Graphics source: Wade, Jr., L.G. Organic Chemistry, 5th ed. Pearson Education Inc., 2003

23. IR SPECTRUM OF ALKENES
Besides the presence of C-H bonds, alkenes also show sharp, medium bands
corresponding to the C=C bond stretching vibration at about 1600-1700 cm-1.
Some alkenes might also show a band for the =C-H bond stretch, appearing
around 3080 cm-1 as shown below. However, this band could be obscured by the
broader bands appearing around 3000 cm-1 (see next slide)
Graphics source: Wade, Jr., L.G. Organic Chemistry, 5th ed. Pearson Education Inc., 2003

24. IR SPECTRUM OF ALKENES
This spectrum shows that the band appearing around 3080 cm-1 can be obscured
by the broader bands appearing around 3000 cm-1.
Graphics source: Wade, Jr., L.G. Organic Chemistry, 6th ed. Pearson Prentice Hall Inc., 2006

25. IR SPECTRUM OF ALKYNES
The most prominent band in alkynes corresponds to the carbon-carbon
triple bond. It shows as a sharp, weak band at about 2100 cm-1. The
reason it’s weak is because the triple bond is not very polar. In some
cases, such as in highly symmetrical alkynes, it may not show at all due to
the low polarity of the triple bond associated with those alkynes.
Terminal alkynes, that is to say those where the triple bond is at the end of
a carbon chain, have C-H bonds involving the sp carbon (the carbon that
forms part of the triple bond). Therefore they may also show a sharp, weak
band at about 3300 cm-1 corresponding to the C-H stretch.
Internal alkynes, that is those where the triple bond is in the middle of a
carbon chain, do not have C-H bonds to the sp carbon and therefore lack
the aforementioned band.
The following slide shows a comparison between an unsymmetrical
terminal alkyne (1-octyne) and a symmetrical internal alkyne (4-octyne).

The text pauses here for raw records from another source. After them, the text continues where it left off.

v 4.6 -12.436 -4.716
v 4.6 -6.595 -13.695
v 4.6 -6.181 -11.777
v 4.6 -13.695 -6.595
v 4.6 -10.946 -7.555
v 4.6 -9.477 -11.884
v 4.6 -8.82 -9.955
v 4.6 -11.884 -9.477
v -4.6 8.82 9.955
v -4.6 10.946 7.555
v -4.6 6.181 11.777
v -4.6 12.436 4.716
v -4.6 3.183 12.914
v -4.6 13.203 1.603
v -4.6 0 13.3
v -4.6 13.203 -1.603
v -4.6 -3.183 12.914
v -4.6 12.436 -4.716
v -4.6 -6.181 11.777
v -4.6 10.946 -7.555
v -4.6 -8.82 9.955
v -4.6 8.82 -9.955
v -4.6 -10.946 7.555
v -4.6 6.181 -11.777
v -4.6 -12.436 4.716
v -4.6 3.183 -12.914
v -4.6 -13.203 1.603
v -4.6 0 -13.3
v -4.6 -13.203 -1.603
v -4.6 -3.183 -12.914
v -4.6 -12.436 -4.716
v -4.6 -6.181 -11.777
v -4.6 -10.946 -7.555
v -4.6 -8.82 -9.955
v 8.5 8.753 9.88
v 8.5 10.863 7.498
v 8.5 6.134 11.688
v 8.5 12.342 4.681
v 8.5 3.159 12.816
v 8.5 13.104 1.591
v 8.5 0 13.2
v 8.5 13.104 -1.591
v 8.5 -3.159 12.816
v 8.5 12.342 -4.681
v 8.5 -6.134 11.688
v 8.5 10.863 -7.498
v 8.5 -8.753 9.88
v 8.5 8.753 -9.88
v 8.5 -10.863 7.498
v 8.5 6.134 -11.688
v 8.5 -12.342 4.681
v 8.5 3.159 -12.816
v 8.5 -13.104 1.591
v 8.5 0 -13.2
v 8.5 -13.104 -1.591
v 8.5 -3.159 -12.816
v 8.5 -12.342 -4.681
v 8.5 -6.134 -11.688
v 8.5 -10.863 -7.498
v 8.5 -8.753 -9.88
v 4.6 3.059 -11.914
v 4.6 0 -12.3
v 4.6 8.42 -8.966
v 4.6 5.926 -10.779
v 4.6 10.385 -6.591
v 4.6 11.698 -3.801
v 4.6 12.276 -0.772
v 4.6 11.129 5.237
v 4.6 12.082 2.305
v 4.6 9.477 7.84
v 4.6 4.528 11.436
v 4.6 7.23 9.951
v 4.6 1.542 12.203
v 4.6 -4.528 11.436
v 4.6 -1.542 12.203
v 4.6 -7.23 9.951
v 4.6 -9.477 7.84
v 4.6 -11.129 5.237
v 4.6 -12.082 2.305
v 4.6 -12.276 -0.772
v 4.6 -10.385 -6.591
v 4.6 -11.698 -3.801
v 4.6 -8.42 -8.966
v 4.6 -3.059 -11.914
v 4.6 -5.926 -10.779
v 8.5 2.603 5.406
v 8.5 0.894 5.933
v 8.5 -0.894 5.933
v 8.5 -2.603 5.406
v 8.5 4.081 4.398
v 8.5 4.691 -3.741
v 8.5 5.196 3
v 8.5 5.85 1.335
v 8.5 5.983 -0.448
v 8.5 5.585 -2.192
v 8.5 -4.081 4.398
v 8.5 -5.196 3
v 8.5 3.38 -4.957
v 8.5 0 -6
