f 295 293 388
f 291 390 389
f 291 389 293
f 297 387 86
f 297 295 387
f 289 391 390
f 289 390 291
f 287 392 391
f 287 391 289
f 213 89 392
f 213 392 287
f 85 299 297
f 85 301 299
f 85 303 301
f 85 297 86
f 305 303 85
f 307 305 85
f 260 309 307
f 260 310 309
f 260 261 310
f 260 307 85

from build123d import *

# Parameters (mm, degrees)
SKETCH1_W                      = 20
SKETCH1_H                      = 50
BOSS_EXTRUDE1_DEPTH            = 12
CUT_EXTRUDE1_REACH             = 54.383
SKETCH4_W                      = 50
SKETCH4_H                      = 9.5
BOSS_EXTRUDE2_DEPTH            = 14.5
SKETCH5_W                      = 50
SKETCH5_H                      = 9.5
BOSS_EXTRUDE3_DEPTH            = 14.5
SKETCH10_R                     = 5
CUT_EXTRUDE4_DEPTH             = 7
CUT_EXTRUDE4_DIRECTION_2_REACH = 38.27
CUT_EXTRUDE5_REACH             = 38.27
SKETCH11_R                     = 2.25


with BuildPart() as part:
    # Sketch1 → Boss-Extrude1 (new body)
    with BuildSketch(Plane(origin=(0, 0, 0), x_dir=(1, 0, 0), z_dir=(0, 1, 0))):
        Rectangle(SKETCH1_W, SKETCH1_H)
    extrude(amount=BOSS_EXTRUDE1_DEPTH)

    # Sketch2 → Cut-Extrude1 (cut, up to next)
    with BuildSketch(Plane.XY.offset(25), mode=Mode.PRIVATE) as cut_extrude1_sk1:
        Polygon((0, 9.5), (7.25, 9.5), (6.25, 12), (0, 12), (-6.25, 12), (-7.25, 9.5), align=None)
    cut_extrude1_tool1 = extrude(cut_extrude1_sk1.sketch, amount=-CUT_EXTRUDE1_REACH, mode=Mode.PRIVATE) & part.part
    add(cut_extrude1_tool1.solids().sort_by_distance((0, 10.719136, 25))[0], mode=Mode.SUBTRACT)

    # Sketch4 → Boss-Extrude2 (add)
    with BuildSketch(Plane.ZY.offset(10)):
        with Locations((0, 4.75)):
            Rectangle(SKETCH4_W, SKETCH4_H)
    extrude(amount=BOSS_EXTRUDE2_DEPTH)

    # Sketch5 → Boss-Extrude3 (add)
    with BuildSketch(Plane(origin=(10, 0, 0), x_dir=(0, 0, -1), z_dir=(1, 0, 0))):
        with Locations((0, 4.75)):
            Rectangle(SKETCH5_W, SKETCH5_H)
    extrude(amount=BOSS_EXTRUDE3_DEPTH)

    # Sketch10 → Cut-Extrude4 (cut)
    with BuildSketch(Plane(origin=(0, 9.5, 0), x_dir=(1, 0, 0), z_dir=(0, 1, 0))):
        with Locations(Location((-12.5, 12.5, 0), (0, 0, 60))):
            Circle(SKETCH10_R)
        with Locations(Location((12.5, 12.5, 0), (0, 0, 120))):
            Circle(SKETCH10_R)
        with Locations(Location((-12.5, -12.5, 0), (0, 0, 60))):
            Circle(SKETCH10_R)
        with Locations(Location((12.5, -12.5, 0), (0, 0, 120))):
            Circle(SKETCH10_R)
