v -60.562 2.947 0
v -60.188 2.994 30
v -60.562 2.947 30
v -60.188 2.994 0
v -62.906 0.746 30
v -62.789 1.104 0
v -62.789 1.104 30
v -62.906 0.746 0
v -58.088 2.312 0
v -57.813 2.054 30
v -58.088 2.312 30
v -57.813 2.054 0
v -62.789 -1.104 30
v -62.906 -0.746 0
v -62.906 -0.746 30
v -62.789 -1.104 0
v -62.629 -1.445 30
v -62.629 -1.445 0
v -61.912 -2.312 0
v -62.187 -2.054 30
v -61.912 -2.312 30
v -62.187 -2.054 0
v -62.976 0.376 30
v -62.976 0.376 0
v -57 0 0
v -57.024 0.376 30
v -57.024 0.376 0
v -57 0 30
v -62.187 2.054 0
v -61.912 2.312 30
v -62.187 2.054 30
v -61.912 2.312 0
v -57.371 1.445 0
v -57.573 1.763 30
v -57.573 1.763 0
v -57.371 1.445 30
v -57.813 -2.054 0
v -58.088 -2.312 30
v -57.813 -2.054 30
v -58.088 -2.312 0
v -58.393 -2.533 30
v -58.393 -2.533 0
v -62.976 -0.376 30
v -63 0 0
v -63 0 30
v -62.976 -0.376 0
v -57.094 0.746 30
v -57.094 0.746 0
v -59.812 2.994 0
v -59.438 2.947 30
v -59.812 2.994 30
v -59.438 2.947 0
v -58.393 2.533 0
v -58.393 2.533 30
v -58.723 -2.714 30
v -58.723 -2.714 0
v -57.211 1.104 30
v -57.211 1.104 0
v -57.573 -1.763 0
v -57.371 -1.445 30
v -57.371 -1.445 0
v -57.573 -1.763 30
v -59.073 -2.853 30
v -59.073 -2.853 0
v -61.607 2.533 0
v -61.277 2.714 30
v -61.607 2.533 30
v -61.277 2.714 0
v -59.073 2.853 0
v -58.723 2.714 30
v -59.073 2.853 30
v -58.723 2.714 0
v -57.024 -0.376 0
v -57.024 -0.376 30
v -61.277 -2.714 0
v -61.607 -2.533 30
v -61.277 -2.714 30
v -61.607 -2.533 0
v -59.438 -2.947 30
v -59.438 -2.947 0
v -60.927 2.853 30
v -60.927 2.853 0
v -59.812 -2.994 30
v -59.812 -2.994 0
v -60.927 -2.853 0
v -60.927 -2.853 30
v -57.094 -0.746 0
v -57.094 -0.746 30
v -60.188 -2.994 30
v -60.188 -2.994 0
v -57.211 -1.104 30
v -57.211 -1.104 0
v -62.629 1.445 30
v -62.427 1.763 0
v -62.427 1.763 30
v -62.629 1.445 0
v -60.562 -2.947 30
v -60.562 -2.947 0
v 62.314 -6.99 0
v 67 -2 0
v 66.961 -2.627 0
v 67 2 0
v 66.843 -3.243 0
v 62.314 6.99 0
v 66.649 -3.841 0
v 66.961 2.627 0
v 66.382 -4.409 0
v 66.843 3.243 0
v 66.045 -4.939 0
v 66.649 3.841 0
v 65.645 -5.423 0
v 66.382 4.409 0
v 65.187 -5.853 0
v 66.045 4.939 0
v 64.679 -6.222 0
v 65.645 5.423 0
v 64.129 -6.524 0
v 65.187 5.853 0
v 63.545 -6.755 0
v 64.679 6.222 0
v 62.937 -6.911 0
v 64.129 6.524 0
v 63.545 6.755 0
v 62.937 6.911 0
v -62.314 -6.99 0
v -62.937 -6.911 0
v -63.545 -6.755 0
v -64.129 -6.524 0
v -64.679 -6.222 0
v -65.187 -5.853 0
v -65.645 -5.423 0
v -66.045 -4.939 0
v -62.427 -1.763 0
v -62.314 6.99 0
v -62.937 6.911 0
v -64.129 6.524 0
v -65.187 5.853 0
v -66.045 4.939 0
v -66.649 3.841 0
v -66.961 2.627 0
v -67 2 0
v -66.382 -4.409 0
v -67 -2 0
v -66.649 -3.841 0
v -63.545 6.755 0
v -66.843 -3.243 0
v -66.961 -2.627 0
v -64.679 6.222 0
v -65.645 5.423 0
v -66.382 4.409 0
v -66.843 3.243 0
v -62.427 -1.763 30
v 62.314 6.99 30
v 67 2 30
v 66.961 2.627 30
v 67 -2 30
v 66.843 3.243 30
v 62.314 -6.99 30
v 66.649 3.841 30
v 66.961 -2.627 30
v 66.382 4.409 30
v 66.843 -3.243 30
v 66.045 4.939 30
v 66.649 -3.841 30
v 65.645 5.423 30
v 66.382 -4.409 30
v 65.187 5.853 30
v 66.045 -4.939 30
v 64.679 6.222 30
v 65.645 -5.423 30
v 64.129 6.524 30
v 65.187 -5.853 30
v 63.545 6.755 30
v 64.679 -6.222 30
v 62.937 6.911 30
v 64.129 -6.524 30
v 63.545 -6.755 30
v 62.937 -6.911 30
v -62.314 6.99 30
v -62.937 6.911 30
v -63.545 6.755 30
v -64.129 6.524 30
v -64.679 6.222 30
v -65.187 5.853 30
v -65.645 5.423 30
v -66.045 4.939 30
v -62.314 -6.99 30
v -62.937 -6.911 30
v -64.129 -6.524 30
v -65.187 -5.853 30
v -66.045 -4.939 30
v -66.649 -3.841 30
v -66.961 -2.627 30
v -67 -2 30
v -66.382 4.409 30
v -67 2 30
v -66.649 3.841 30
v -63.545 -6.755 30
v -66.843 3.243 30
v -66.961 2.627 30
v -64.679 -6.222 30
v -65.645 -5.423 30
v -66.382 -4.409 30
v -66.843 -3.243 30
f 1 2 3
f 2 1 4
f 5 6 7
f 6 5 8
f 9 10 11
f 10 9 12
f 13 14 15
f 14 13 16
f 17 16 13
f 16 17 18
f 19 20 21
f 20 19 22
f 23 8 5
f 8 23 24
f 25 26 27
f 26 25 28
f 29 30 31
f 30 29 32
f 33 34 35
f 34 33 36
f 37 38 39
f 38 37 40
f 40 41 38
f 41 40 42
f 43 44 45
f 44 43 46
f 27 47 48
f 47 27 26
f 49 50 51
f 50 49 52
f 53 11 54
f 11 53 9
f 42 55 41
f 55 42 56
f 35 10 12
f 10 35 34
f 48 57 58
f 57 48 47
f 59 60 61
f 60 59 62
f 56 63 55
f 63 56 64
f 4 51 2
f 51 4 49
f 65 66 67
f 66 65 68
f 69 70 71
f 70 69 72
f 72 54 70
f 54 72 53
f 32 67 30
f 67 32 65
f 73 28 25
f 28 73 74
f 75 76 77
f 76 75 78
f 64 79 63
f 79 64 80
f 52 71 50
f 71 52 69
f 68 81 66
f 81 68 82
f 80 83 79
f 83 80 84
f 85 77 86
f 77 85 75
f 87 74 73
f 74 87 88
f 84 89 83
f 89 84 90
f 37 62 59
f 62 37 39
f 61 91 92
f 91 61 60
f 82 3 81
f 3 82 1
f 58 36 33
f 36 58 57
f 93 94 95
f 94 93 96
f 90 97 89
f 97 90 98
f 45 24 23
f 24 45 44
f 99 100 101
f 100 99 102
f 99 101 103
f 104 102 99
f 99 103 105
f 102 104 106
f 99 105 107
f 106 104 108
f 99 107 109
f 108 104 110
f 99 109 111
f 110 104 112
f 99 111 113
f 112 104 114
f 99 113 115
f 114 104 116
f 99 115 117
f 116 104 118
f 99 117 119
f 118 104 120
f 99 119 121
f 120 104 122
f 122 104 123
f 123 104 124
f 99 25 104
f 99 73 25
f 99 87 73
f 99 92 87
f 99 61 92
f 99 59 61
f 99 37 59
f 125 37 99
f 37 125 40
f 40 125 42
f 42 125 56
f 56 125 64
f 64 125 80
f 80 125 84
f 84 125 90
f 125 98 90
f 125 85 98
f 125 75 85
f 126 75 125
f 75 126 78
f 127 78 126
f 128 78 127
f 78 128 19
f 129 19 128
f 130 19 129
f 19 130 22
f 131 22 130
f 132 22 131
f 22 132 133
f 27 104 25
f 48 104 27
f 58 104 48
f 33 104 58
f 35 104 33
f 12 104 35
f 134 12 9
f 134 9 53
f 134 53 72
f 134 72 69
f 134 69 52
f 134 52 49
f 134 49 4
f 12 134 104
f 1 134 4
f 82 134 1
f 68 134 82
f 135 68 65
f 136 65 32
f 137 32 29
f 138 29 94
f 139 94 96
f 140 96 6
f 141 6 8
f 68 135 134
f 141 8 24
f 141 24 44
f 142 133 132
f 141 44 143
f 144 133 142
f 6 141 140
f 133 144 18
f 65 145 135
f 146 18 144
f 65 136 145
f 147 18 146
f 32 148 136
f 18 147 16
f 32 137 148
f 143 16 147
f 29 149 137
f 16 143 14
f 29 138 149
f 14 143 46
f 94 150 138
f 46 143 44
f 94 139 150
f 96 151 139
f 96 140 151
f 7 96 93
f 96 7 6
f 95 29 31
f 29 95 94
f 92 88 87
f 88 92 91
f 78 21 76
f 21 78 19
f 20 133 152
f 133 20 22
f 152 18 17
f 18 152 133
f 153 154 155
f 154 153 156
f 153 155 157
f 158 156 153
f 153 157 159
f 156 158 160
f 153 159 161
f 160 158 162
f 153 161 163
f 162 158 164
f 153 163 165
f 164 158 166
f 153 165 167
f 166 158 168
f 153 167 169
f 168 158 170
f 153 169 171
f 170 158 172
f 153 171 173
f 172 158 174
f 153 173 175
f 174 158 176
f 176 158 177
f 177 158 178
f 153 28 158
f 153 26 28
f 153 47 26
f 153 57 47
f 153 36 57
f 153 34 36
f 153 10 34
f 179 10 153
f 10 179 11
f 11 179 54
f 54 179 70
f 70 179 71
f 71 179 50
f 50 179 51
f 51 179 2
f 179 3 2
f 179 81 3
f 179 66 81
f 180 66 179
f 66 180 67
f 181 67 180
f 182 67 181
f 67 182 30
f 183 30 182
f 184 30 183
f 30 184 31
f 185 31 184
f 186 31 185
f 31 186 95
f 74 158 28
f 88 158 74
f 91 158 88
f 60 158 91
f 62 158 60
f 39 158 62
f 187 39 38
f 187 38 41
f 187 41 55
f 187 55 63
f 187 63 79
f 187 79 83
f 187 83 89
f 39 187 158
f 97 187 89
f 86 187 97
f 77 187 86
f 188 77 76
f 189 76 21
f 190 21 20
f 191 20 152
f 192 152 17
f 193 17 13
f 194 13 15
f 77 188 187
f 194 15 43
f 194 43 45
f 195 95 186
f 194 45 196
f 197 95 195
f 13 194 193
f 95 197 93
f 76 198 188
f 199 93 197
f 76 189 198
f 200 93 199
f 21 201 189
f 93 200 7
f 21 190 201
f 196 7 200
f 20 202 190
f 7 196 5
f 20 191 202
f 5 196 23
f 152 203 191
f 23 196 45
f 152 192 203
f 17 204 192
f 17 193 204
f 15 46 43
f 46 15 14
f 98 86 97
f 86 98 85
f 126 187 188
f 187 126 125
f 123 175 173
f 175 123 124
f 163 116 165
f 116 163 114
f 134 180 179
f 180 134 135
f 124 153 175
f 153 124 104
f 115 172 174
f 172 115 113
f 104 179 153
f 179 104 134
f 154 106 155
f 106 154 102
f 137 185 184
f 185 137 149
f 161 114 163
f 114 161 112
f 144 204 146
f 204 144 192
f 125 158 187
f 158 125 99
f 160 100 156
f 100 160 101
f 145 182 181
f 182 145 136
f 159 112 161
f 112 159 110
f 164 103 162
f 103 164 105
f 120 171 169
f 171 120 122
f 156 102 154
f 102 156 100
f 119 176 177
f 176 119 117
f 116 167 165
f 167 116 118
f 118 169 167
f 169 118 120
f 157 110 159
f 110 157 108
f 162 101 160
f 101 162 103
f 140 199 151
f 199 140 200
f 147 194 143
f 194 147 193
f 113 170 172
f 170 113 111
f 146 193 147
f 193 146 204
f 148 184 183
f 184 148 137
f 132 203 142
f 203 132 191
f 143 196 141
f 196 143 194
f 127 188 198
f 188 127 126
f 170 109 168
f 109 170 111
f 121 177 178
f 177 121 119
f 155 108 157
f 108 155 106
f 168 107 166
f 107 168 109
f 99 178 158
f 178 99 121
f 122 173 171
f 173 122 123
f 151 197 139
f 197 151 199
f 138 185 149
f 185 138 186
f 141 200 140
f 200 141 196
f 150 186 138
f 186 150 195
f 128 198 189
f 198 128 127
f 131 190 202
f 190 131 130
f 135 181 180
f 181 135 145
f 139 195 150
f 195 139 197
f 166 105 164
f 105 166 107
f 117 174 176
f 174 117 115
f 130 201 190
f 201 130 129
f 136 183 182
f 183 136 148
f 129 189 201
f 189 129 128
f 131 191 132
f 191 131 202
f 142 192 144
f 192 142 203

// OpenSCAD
$fn = 50;


difference() {
	union() {
		hull() {
			translate(v = [-62.0000000000, 2.0000000000, 0]) {
				cylinder(h = 30, r = 5);
			}
			translate(v = [62.0000000000, 2.0000000000, 0]) {
				cylinder(h = 30, r = 5);
			}
			translate(v = [-62.0000000000, -2.0000000000, 0]) {
				cylinder(h = 30, r = 5);
			}
			translate(v = [62.0000000000, -2.0000000000, 0]) {
				cylinder(h = 30, r = 5);
			}
		}
	}
	union() {
		translate(v = [-60.0000000000, 0.0000000000, 0]) {
			cylinder(h = 30, r = 3.0000000000);
		}
		translate(v = [-60.0000000000, 0.0000000000, 0]) {
			cylinder(h = 30, r = 1.5000000000);
		}
		translate(v = [-60.0000000000, 0.0000000000, 0]) {
			cylinder(h = 30, r = 1.5000000000);
		}
		translate(v = [-60.0000000000, 0.0000000000, 0]) {
			cylinder(h = 30, r = 1.5000000000);
		}
	}
}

26. IR SPECTRUM OF ALKYNES
Graphics source: Wade, Jr., L.G. Organic Chemistry, 6th ed. Pearson Prentice Hall Inc., 2006

27. IR SPECTRUM OF A NITRILE
In a manner very similar to alkynes, nitriles show a prominent band around 2250
cm-1 caused by the CN triple bond. This band has a sharp, pointed shape just
like the alkyne C-C triple bond, but because the CN triple bond is more polar, this
band is stronger than in alkynes.
Graphics source: Wade, Jr., L.G. Organic Chemistry, 6th ed. Pearson Prentice Hall Inc., 2006

28. IR SPECTRUM OF AN ALCOHOL
The most prominent band in alcohols is due to the O-H bond, and it appears as a
strong, broad band covering the range of about 3000 - 3700 cm-1. The sheer size
and broad shape of the band dominate the IR spectrum and make it hard to miss.
Graphics source: Wade, Jr., L.G. Organic Chemistry, 6th ed. Pearson Prentice Hall Inc., 2006

29. IR SPECTRUM OF ALDEHYDES AND KETONES
Carbonyl compounds are those that contain the C=O functional group. In
aldehydes, this group is at the end of a carbon chain, whereas in ketones it’s in
the middle of the chain. As a result, the carbon in the C=O bond of aldehydes is
also bonded to another carbon and a hydrogen, whereas the same carbon in a
ketone is bonded to two other carbons.
Aldehydes and ketones show a strong, prominent, stake-shaped band around
1710 - 1720 cm-1 (right in the middle of the spectrum). This band is due to the
highly polar C=O bond. Because of its position, shape, and size, it is hard to
miss.
Because aldehydes also contain a C-H bond to the sp2 carbon of the C=O bond,
they also show a pair of medium strength bands positioned about 2700 and 2800
cm-1. These bands are missing in the spectrum of a ketone because the sp2
carbon of the ketone lacks the C-H bond.
The following slide shows a spectrum of an aldehyde and a ketone. Study the
similarities and the differences so that you can distinguish between the two.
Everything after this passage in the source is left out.